ここでは、急変の場面でしばしば浮上する変則的な場面での動き方や、実際に対応を行ったときに生じた「あれ? こんな場合には、どう対応すべき?」という事象を取り上げて解説します。
もちろん、各項目において各執筆者が解説した内容がすべてではありません。それ以外にも、実際の場面では、さまざまな考え方と方法があるでしょう。しかし、ここで述べられた多くの細やかな内容が、実践で参考になるはずです。
●急変対応を学ぶ際、混乱しがちな要因として「ガイドラインが2種類あり、どちらに沿って実践すればいいのかわかりづらい」という点が挙げられます。
日本蘇生協議会による「JRC蘇生ガイドライン」と、アメリカ心臓協会による「AHA蘇生ガイドライン」の2種類のことです。
●JRC蘇生ガイドラインも、AHA蘇生ガイドラインも、どちらも国際蘇生連絡委員会のコンセンサスに沿ってつくられているため、内容に大きな違いはありません。
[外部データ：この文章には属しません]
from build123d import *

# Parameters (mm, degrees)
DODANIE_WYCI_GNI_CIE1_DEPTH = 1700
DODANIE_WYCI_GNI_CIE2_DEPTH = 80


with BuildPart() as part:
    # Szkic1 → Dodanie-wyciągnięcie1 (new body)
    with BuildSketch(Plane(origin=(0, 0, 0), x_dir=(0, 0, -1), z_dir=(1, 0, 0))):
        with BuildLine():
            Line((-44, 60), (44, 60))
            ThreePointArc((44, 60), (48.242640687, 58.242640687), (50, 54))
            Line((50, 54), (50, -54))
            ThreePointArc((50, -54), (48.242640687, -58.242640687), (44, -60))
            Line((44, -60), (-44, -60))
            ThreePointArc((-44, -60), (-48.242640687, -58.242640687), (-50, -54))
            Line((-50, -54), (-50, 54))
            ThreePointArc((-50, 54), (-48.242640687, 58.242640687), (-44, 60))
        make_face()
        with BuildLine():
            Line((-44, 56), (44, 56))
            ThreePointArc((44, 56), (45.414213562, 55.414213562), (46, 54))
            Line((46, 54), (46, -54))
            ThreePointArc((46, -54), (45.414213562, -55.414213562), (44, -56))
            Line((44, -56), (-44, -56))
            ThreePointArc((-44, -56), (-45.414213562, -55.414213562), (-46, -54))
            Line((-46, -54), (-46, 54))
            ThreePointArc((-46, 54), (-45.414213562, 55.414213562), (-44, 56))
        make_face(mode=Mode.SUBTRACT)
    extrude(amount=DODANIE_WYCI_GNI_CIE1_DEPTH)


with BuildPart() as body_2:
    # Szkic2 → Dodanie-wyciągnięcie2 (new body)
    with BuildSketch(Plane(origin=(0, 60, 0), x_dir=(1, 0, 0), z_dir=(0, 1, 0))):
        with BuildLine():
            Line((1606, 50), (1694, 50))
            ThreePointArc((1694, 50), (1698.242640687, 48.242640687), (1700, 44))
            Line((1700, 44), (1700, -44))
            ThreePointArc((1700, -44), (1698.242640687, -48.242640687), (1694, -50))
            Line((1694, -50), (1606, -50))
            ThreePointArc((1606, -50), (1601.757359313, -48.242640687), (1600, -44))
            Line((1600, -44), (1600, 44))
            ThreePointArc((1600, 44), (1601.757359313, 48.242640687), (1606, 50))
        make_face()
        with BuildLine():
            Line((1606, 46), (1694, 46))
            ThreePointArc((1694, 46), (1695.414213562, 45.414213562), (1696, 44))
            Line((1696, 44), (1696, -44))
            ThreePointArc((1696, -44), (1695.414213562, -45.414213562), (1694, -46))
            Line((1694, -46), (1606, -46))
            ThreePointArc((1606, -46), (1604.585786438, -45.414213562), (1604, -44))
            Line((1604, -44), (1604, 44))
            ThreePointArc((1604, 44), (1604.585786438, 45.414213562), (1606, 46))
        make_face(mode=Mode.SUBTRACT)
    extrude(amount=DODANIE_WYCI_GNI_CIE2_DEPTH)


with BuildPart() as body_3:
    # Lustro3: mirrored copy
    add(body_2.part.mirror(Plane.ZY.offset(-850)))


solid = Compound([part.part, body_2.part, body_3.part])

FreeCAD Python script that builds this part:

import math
import FreeCAD as App
import Part
import Sketcher

doc = App.newDocument("Part")
body = doc.addObject("PartDesign::Body", "Body")

# Sketch on YZ plane
sketch1 = doc.addObject("Sketcher::SketchObject", "Sketch")
body.addObject(sketch1)
sketch1.AttachmentSupport = (doc.YZ_Plane, [""])
sketch1.MapMode = "FlatFace"
sketch1.addGeometry([
    Part.LineSegment(App.Vector(60, -44, 0), App.Vector(60, 44, 0)),  # 0
    Part.ArcOfCircle(Part.Circle(App.Vector(54, 44, 0), App.Vector(0, 0, 1), 6), math.radians(0), math.radians(90)),  # 1
    Part.LineSegment(App.Vector(54, 50, 0), App.Vector(-54, 50, 0)),  # 2
    Part.ArcOfCircle(Part.Circle(App.Vector(-54, 44, 0), App.Vector(0, 0, 1), 6), math.radians(90), math.radians(180)),  # 3
    Part.LineSegment(App.Vector(-60, 44, 0), App.Vector(-60, -44, 0)),  # 4
    Part.ArcOfCircle(Part.Circle(App.Vector(-54, -44, 0), App.Vector(0, 0, 1), 6), math.radians(180), math.radians(270)),  # 5
    Part.LineSegment(App.Vector(-54, -50, 0), App.Vector(54, -50, 0)),  # 6
    Part.ArcOfCircle(Part.Circle(App.Vector(54, -44, 0), App.Vector(0, 0, 1), 6), math.radians(-90), math.radians(0)),  # 7
    Part.LineSegment(App.Vector(56, 44, 0), App.Vector(56, -44, 0)),  # 8
    Part.ArcOfCircle(Part.Circle(App.Vector(54, -44, 0), App.Vector(0, 0, 1), 2), math.radians(-90), math.radians(0)),  # 9
    Part.LineSegment(App.Vector(54, -46, 0), App.Vector(-54, -46, 0)),  # 10
    Part.ArcOfCircle(Part.Circle(App.Vector(-54, -44, 0), App.Vector(0, 0, 1), 2), math.radians(-180), math.radians(-90)),  # 11
    Part.LineSegment(App.Vector(-56, -44, 0), App.Vector(-56, 44, 0)),  # 12
    Part.ArcOfCircle(Part.Circle(App.Vector(-54, 44, 0), App.Vector(0, 0, 1), 2), math.radians(90), math.radians(180)),  # 13
    Part.LineSegment(App.Vector(-54, 46, 0), App.Vector(54, 46, 0)),  # 14
    Part.ArcOfCircle(Part.Circle(App.Vector(54, 44, 0), App.Vector(0, 0, 1), 2), math.radians(0), math.radians(90)),  # 15
], False)
sketch1.addConstraint([
    Sketcher.Constraint("Tangent", 0, 2, 1, 1),
    Sketcher.Constraint("Tangent", 1, 2, 2, 1),
    Sketcher.Constraint("Tangent", 2, 2, 3, 1),
    Sketcher.Constraint("Tangent", 3, 2, 4, 1),
    Sketcher.Constraint("Tangent", 4, 2, 5, 1),
    Sketcher.Constraint("Tangent", 5, 2, 6, 1),
    Sketcher.Constraint("Tangent", 6, 2, 7, 1),
    Sketcher.Constraint("Tangent", 7, 2, 0, 1),
    Sketcher.Constraint("Tangent", 8, 2, 9, 2),
    Sketcher.Constraint("Tangent", 9, 1, 10, 1),
    Sketcher.Constraint("Tangent", 10, 2, 11, 2),
    Sketcher.Constraint("Tangent", 11, 1, 12, 1),
    Sketcher.Constraint("Tangent", 12, 2, 13, 2),
    Sketcher.Constraint("Tangent", 13, 1, 14, 1),
    Sketcher.Constraint("Tangent", 14, 2, 15, 2),
    Sketcher.Constraint("Tangent", 15, 1, 8, 1),
    Sketcher.Constraint("Vertical", 0),
    Sketcher.Constraint("Horizontal", 2),
    Sketcher.Constraint("Vertical", 4),
    Sketcher.Constraint("Horizontal", 6),
    Sketcher.Constraint("Vertical", 8),
    Sketcher.Constraint("Horizontal", 10),
    Sketcher.Constraint("Vertical", 12),
    Sketcher.Constraint("Horizontal", 14),
    Sketcher.Constraint("Coincident", 9, 3, 7, 3),
    Sketcher.Constraint("Coincident", 11, 3, 5, 3),
    Sketcher.Constraint("Coincident", 13, 3, 3, 3),
    Sketcher.Constraint("Equal", 1, 3),
    Sketcher.Constraint("Equal", 3, 5),
    Sketcher.Constraint("Equal", 5, 7),
    Sketcher.Constraint("Equal", 13, 15),
    Sketcher.Constraint("Symmetric", 1, 3, 5, 3, -1, 1),
    Sketcher.Constraint("Radius", 1, 6.0),
    Sketcher.Constraint("Radius", 9, 2.0),
    Sketcher.Constraint("DistanceX", 2, 2, 2, 1, 108.0),
    Sketcher.Constraint("DistanceY", 0, 1, 0, 2, 88.0),
])
pad1 = doc.addObject("PartDesign::Pad", "Pad")
body.addObject(pad1)
pad1.Profile = sketch1
pad1.Length = 1700
body2 = doc.addObject("PartDesign::Body", "Body001")

# Sketch on XZ plane
sketch2 = doc.addObject("Sketcher::SketchObject", "Sketch001")
body2.addObject(sketch2)
sketch2.AttachmentSupport = (doc.getObject("XZ_Plane001"), [""])
sketch2.MapMode = "FlatFace"
sketch2.AttachmentOffset = App.Placement(App.Vector(0, 0, -60), App.Rotation())
sketch2.addGeometry([
    Part.LineSegment(App.Vector(1694, -50, 0), App.Vector(1606, -50, 0)),  # 0
    Part.ArcOfCircle(Part.Circle(App.Vector(1606, -44, 0), App.Vector(0, 0, 1), 6), math.radians(180), math.radians(270)),  # 1
    Part.LineSegment(App.Vector(1600, -44, 0), App.Vector(1600, 44, 0)),  # 2
    Part.ArcOfCircle(Part.Circle(App.Vector(1606, 44, 0), App.Vector(0, 0, 1), 6), math.radians(90), math.radians(180)),  # 3
    Part.LineSegment(App.Vector(1606, 50, 0), App.Vector(1694, 50, 0)),  # 4
    Part.ArcOfCircle(Part.Circle(App.Vector(1694, 44, 0), App.Vector(0, 0, 1), 6), math.radians(0), math.radians(90)),  # 5
    Part.LineSegment(App.Vector(1700, 44, 0), App.Vector(1700, -44, 0)),  # 6
    Part.ArcOfCircle(Part.Circle(App.Vector(1694, -44, 0), App.Vector(0, 0, 1), 6), math.radians(-90), math.radians(0)),  # 7
    Part.LineSegment(App.Vector(1606, -46, 0), App.Vector(1694, -46, 0)),  # 8
    Part.ArcOfCircle(Part.Circle(App.Vector(1694, -44, 0), App.Vector(0, 0, 1), 2), math.radians(-90), math.radians(0)),  # 9
    Part.LineSegment(App.Vector(1696, -44, 0), App.Vector(1696, 44, 0)),  # 10
    Part.ArcOfCircle(Part.Circle(App.Vector(1694, 44, 0), App.Vector(0, 0, 1), 2), math.radians(0), math.radians(90)),  # 11
    Part.LineSegment(App.Vector(1694, 46, 0), App.Vector(1606, 46, 0)),  # 12
    Part.ArcOfCircle(Part.Circle(App.Vector(1606, 44, 0), App.Vector(0, 0, 1), 2), math.radians(90), math.radians(180)),  # 13
    Part.LineSegment(App.Vector(1604, 44, 0), App.Vector(1604, -44, 0)),  # 14
    Part.ArcOfCircle(Part.Circle(App.Vector(1606, -44, 0), App.Vector(0, 0, 1), 2), math.radians(-180), math.radians(-90)),  # 15
], False)
sketch2.addConstraint([
    Sketcher.Constraint("Tangent", 0, 2, 1, 2),
    Sketcher.Constraint("Tangent", 1, 1, 2, 1),
    Sketcher.Constraint("Tangent", 2, 2, 3, 2),
    Sketcher.Constraint("Tangent", 3, 1, 4, 1),
    Sketcher.Constraint("Tangent", 4, 2, 5, 2),
    Sketcher.Constraint("Tangent", 5, 1, 6, 1),
    Sketcher.Constraint("Tangent", 6, 2, 7, 2),
    Sketcher.Constraint("Tangent", 7, 1, 0, 1),
    Sketcher.Constraint("Tangent", 8, 2, 9, 1),
    Sketcher.Constraint("Tangent", 9, 2, 10, 1),
    Sketcher.Constraint("Tangent", 10, 2, 11, 1),
    Sketcher.Constraint("Tangent", 11, 2, 12, 1),
    Sketcher.Constraint("Tangent", 12, 2, 13, 1),
    Sketcher.Constraint("Tangent", 13, 2, 14, 1),
    Sketcher.Constraint("Tangent", 14, 2, 15, 1),
    Sketcher.Constraint("Tangent", 15, 2, 8, 1),
    Sketcher.Constraint("Horizontal", 0),
    Sketcher.Constraint("Vertical", 2),
    Sketcher.Constraint("Horizontal", 4),
    Sketcher.Constraint("Vertical", 6),
    Sketcher.Constraint("Horizontal", 8),
    Sketcher.Constraint("Vertical", 10),
    Sketcher.Constraint("Horizontal", 12),
    Sketcher.Constraint("Vertical", 14),
    Sketcher.Constraint("Coincident", 9, 3, 7, 3),
    Sketcher.Constraint("Coincident", 11, 3, 5, 3),
    Sketcher.Constraint("Coincident", 13, 3, 3, 3),
    Sketcher.Constraint("Equal", 1, 3),
    Sketcher.Constraint("Equal", 3, 5),
    Sketcher.Constraint("Equal", 5, 7),
    Sketcher.Constraint("Equal", 13, 15),
    Sketcher.Constraint("Equal", 12, 2),
    Sketcher.Constraint("Radius", 1, 6.0),
    Sketcher.Constraint("Radius", 9, 2.0),
    Sketcher.Constraint("DistanceX", 0, 2, 0, 1, 88.0),
    Sketcher.Constraint("DistanceX", -1, 1, 1, 3, 1606.0),
    Sketcher.Constraint("DistanceY", 1, 3, -1, 1, 44.0),
])
pad2 = doc.addObject("PartDesign::Pad", "Pad001")
body2.addObject(pad2)
pad2.Profile = sketch2
pad2.Length = 80
pad2.Reversed = True
body3 = doc.addObject("PartDesign::Body", "Body002")
doc.recompute()

mirroring = doc.addObject("Part::Mirroring", "Mirroring")
mirroring.Source = body2
mirroring.Base = App.Vector(850, 0, 0)
mirroring.Normal = App.Vector(-1, 0, 0)
body3.BaseFeature = mirroring
doc.recompute()
mirroring.Visibility = False

doc.recompute()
そのため、究極的には「どちらに沿って行ってもよい」と考えて差し支えありません。
●JRC蘇生ガイドラインとAHA蘇生ガイドラインの違いは、日本とアメリカにおける国内事情や、想定される患者の体格の違いによって生じています。そのため、原則としてJRC蘇生ガイドラインに沿って行えば問題はありません。しかし、AHA蘇生ガイドラインに沿って行うのは間違いだ」と考える必要もない、といえます。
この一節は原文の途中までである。